▸ **TASK REQUIREMENTS**
Within the material below, transcribe exactly the lines from the one holding "v5 (-40.007034,4.318,15.204988)" through the one holding "e10 v10 v10", keeping both ends and skipping the rest.

···

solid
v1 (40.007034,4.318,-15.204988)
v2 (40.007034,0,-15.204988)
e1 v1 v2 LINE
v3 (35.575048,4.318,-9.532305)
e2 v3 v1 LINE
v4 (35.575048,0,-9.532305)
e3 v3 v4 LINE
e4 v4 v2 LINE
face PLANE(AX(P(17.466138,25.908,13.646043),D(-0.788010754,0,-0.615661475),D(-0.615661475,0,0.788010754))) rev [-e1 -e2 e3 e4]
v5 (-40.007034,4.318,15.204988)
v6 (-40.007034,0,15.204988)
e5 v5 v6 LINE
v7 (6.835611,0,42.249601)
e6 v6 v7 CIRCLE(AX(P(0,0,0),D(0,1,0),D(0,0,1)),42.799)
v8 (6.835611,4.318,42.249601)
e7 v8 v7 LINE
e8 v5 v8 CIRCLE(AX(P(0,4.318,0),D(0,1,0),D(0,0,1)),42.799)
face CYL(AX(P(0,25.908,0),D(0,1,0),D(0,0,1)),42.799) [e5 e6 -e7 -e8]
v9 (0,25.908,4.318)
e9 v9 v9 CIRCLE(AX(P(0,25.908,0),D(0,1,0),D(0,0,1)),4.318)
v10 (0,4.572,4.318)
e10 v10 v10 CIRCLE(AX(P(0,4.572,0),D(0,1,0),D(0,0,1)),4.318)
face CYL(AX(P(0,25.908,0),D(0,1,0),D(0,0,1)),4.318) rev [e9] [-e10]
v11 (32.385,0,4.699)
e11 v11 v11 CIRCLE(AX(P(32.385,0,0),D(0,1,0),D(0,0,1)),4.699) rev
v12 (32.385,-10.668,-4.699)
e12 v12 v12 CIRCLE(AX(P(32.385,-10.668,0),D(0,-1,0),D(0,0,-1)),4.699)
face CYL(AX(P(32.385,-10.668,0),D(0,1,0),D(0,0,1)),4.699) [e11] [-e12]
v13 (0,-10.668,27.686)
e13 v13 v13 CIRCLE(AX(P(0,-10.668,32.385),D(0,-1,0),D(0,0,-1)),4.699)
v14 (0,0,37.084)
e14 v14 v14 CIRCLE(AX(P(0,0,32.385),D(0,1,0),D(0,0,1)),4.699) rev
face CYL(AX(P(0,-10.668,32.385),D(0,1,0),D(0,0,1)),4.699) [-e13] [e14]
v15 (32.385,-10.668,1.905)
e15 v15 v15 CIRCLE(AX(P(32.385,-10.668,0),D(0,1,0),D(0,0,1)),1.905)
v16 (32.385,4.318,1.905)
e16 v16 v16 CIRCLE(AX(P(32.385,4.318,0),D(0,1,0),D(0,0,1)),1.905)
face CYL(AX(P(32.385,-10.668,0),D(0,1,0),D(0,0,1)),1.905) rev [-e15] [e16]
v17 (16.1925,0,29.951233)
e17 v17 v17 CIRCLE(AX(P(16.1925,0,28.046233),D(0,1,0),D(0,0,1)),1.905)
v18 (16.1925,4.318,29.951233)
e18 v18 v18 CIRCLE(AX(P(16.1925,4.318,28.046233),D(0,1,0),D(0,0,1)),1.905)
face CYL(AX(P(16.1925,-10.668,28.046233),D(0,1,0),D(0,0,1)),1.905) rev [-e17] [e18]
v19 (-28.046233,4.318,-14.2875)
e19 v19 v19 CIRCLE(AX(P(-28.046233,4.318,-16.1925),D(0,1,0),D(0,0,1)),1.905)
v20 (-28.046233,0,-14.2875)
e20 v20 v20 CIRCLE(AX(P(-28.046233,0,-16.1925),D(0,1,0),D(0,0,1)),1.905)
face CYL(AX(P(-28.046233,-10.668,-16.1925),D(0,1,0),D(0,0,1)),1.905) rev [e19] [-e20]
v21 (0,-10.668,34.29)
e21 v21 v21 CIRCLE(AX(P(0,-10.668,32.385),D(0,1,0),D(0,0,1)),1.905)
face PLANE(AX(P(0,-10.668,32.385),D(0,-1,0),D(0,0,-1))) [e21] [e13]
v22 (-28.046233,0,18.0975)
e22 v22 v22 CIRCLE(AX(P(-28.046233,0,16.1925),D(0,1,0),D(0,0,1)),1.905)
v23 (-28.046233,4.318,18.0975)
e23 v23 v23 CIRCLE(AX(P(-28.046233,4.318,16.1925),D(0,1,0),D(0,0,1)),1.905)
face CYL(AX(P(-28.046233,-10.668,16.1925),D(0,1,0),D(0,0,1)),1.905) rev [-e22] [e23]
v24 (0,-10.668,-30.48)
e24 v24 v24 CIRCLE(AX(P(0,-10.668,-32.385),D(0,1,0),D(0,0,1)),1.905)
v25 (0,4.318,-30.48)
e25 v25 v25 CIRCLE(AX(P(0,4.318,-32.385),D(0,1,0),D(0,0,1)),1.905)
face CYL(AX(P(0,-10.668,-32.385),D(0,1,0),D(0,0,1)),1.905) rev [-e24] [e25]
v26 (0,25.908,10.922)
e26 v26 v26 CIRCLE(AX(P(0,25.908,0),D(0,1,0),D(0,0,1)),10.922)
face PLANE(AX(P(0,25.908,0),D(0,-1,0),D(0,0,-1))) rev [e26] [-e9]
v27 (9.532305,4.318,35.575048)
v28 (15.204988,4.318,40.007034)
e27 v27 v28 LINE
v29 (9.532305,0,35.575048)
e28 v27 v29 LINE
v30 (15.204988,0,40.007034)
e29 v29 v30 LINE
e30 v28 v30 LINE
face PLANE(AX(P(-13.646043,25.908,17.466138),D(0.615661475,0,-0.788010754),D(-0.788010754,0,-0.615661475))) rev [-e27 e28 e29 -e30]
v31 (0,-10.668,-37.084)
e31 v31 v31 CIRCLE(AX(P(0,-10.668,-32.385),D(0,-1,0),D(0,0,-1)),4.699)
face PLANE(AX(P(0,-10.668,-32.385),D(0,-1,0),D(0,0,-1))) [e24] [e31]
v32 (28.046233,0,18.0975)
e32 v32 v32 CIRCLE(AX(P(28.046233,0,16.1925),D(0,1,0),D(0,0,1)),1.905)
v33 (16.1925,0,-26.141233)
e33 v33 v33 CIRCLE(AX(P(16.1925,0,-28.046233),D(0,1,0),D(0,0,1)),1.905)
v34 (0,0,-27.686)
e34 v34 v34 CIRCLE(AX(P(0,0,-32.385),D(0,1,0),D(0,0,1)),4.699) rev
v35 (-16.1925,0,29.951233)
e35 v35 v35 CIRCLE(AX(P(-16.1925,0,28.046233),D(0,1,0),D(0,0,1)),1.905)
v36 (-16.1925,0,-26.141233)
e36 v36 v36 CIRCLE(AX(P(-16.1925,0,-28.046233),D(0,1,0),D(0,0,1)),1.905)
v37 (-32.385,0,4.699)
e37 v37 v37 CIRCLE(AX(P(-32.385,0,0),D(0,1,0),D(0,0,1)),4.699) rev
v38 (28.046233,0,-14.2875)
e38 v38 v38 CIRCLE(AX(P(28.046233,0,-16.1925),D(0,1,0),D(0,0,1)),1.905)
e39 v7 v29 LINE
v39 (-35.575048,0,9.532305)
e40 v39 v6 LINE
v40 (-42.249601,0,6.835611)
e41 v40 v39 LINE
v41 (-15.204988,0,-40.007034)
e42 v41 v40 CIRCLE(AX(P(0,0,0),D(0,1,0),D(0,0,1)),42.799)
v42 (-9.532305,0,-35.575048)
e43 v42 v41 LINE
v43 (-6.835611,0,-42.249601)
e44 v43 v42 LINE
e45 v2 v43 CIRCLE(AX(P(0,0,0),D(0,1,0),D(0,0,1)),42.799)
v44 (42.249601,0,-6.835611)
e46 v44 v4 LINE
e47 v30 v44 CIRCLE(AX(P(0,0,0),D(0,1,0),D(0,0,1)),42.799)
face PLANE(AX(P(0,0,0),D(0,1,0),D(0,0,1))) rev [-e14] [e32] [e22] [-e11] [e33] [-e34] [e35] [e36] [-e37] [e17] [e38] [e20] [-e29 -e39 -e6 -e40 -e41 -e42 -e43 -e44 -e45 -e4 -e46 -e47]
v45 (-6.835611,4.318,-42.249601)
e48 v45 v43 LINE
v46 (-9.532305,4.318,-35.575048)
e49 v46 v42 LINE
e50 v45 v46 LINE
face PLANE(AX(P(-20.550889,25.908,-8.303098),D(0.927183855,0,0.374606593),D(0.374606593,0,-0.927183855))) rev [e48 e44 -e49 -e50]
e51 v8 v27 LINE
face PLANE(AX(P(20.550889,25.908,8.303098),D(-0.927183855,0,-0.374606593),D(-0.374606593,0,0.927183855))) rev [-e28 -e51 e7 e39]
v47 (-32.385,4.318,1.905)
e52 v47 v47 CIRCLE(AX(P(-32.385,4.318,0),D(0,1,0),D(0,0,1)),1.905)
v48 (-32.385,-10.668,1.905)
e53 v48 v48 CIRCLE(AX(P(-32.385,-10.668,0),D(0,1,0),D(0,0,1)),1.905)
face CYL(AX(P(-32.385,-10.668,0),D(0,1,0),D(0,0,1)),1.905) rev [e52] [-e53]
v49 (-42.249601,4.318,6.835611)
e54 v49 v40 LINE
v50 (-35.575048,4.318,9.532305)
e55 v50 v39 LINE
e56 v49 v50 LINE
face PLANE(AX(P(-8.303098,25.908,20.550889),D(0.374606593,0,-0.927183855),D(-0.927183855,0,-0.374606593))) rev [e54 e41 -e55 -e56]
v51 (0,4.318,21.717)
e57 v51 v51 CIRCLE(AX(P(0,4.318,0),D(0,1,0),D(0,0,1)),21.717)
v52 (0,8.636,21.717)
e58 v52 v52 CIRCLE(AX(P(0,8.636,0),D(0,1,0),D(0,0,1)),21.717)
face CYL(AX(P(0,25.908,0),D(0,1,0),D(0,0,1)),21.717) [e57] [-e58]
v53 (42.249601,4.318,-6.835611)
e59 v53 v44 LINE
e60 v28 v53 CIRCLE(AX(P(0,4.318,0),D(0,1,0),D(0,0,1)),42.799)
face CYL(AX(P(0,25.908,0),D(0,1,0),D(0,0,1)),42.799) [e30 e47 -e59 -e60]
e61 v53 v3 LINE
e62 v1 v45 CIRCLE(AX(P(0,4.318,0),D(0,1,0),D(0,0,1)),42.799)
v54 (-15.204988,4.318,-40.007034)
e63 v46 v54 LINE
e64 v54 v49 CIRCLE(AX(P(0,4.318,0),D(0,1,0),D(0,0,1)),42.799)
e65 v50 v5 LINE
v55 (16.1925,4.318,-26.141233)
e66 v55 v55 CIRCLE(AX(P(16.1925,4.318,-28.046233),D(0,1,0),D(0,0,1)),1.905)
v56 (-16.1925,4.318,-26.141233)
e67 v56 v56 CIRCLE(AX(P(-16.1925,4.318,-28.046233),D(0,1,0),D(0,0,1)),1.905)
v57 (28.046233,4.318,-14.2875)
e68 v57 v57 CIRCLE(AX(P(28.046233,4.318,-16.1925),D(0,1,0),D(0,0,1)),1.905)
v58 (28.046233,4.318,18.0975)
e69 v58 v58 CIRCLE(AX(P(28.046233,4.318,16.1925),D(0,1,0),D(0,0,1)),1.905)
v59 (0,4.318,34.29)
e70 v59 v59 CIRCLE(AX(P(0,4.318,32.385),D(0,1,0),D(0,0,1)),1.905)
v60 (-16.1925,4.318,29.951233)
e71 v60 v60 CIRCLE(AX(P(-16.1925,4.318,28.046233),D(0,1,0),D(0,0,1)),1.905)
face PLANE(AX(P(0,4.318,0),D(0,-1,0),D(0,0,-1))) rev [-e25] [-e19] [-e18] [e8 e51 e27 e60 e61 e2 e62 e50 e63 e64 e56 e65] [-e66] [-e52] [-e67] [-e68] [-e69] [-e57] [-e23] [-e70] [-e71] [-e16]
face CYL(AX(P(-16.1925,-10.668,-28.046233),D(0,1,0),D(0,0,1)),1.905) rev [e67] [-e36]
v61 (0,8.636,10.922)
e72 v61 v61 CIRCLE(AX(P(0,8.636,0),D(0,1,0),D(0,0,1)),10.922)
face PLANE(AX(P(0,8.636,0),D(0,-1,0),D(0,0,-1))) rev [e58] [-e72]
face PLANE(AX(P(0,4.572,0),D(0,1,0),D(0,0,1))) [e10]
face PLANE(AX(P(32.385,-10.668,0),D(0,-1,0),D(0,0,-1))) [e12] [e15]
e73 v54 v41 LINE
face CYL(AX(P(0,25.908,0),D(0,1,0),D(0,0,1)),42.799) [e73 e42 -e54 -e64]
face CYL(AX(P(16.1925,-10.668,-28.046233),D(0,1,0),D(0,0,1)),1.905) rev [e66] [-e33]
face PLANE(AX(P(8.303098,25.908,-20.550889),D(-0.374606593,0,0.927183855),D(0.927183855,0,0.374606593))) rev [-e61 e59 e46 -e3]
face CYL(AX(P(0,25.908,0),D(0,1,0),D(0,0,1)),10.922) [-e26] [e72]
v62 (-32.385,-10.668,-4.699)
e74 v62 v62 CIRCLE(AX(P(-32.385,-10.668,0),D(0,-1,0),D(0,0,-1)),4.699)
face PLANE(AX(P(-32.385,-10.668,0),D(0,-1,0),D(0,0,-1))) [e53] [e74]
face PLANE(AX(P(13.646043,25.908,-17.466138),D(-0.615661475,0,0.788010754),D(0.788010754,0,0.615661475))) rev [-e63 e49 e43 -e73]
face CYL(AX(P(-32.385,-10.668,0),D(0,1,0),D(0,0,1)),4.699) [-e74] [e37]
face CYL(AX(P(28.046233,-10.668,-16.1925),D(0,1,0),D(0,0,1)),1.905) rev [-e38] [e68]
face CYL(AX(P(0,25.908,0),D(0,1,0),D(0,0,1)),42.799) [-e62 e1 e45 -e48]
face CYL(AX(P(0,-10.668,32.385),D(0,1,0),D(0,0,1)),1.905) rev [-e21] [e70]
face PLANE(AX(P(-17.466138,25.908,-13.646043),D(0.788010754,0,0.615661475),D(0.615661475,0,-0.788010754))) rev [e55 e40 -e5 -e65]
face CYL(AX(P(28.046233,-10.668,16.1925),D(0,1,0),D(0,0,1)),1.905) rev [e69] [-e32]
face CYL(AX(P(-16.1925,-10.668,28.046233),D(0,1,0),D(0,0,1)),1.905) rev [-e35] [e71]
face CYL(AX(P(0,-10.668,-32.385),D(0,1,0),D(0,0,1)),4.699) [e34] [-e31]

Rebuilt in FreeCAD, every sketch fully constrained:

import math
import FreeCAD as App
import Part
import Sketcher

V = App.Vector
Q = App.Units.Quantity

doc = App.newDocument("Part")
params = doc.addObject("Spreadsheet::Sheet", "Params")
for row, (alias, value) in enumerate([
    ("sketch1_width", "0.17 in"),
    ("sketch1_width2", "0.26 in"),
    ("sketch1_width3", "0.83 in"),
    ("sketch1_height", "0.18 in"),
    ("sketch1_height2", "0.84 in"),
    ("revolution_angle", "360 deg"),
    ("sketch2_diameter", "0.37 in"),
    ("pad1_length", "0.42 in"),
    ("sketch3_diameter", "0.15 in"),
    ("sketch4_radius", "1.685 in"),
], start=1):
    params.set(f"A{row}", alias)
    params.set(f"B{row}", "=" + value)
    params.setAlias(f"B{row}", alias)

body = doc.addObject("PartDesign::Body", "Body")

sketch1 = doc.addObject("Sketcher::SketchObject", "Sketch")
body.addObject(sketch1)
sketch1.AttachmentSupport = (doc.XY_Plane, [""])
sketch1.MapMode = "FlatFace"
sketch1.addGeometry(Part.LineSegment(V(-42.8, 0, 0), V(0, 0, 0)), False)
sketch1.addGeometry(Part.LineSegment(V(0, 0, 0), V(0, 4.6, 0)), False)
sketch1.addGeometry(Part.LineSegment(V(0, 4.6, 0), V(-4.3, 4.6, 0)), False)
sketch1.addGeometry(Part.LineSegment(V(-4.3, 4.6, 0), V(-4.3, 25.9, 0)), False)
sketch1.addGeometry(Part.LineSegment(V(-4.3, 25.9, 0), V(-10.9, 25.9, 0)), False)
sketch1.addGeometry(Part.LineSegment(V(-10.9, 25.9, 0), V(-10.9, 8.6, 0)), False)
sketch1.addGeometry(Part.LineSegment(V(-10.9, 8.6, 0), V(-21.7, 8.6, 0)), False)
sketch1.addGeometry(Part.LineSegment(V(-21.7, 8.6, 0), V(-21.7, 4.3, 0)), False)
sketch1.addGeometry(Part.LineSegment(V(-21.7, 4.3, 0), V(-42.8, 4.3, 0)), False)
sketch1.addGeometry(Part.LineSegment(V(-42.8, 4.3, 0), V(-42.8, 0, 0)), False)
sketch1.addConstraint(Sketcher.Constraint("Coincident", 0, 2, 1, 1))
sketch1.addConstraint(Sketcher.Constraint("Coincident", 1, 2, 2, 1))
sketch1.addConstraint(Sketcher.Constraint("Coincident", 2, 2, 3, 1))
sketch1.addConstraint(Sketcher.Constraint("Coincident", 3, 2, 4, 1))
sketch1.addConstraint(Sketcher.Constraint("Coincident", 4, 2, 5, 1))
sketch1.addConstraint(Sketcher.Constraint("Coincident", 5, 2, 6, 1))
sketch1.addConstraint(Sketcher.Constraint("Coincident", 6, 2, 7, 1))
sketch1.addConstraint(Sketcher.Constraint("Coincident", 7, 2, 8, 1))
sketch1.addConstraint(Sketcher.Constraint("Coincident", 8, 2, 9, 1))
sketch1.addConstraint(Sketcher.Constraint("Coincident", 9, 2, 0, 1))
sketch1.addConstraint(Sketcher.Constraint("Horizontal", 0))
sketch1.addConstraint(Sketcher.Constraint("Vertical", 1))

···

▸ **REPLY TO THE EXERCISE**
v5 (-40.007034,4.318,15.204988)
v6 (-40.007034,0,15.204988)
e5 v5 v6 LINE
v7 (6.835611,0,42.249601)
e6 v6 v7 CIRCLE(AX(P(0,0,0),D(0,1,0),D(0,0,1)),42.799)
v8 (6.835611,4.318,42.249601)
e7 v8 v7 LINE
e8 v5 v8 CIRCLE(AX(P(0,4.318,0),D(0,1,0),D(0,0,1)),42.799)
face CYL(AX(P(0,25.908,0),D(0,1,0),D(0,0,1)),42.799) [e5 e6 -e7 -e8]
v9 (0,25.908,4.318)
e9 v9 v9 CIRCLE(AX(P(0,25.908,0),D(0,1,0),D(0,0,1)),4.318)
v10 (0,4.572,4.318)
e10 v10 v10 CIRCLE(AX(P(0,4.572,0),D(0,1,0),D(0,0,1)),4.318)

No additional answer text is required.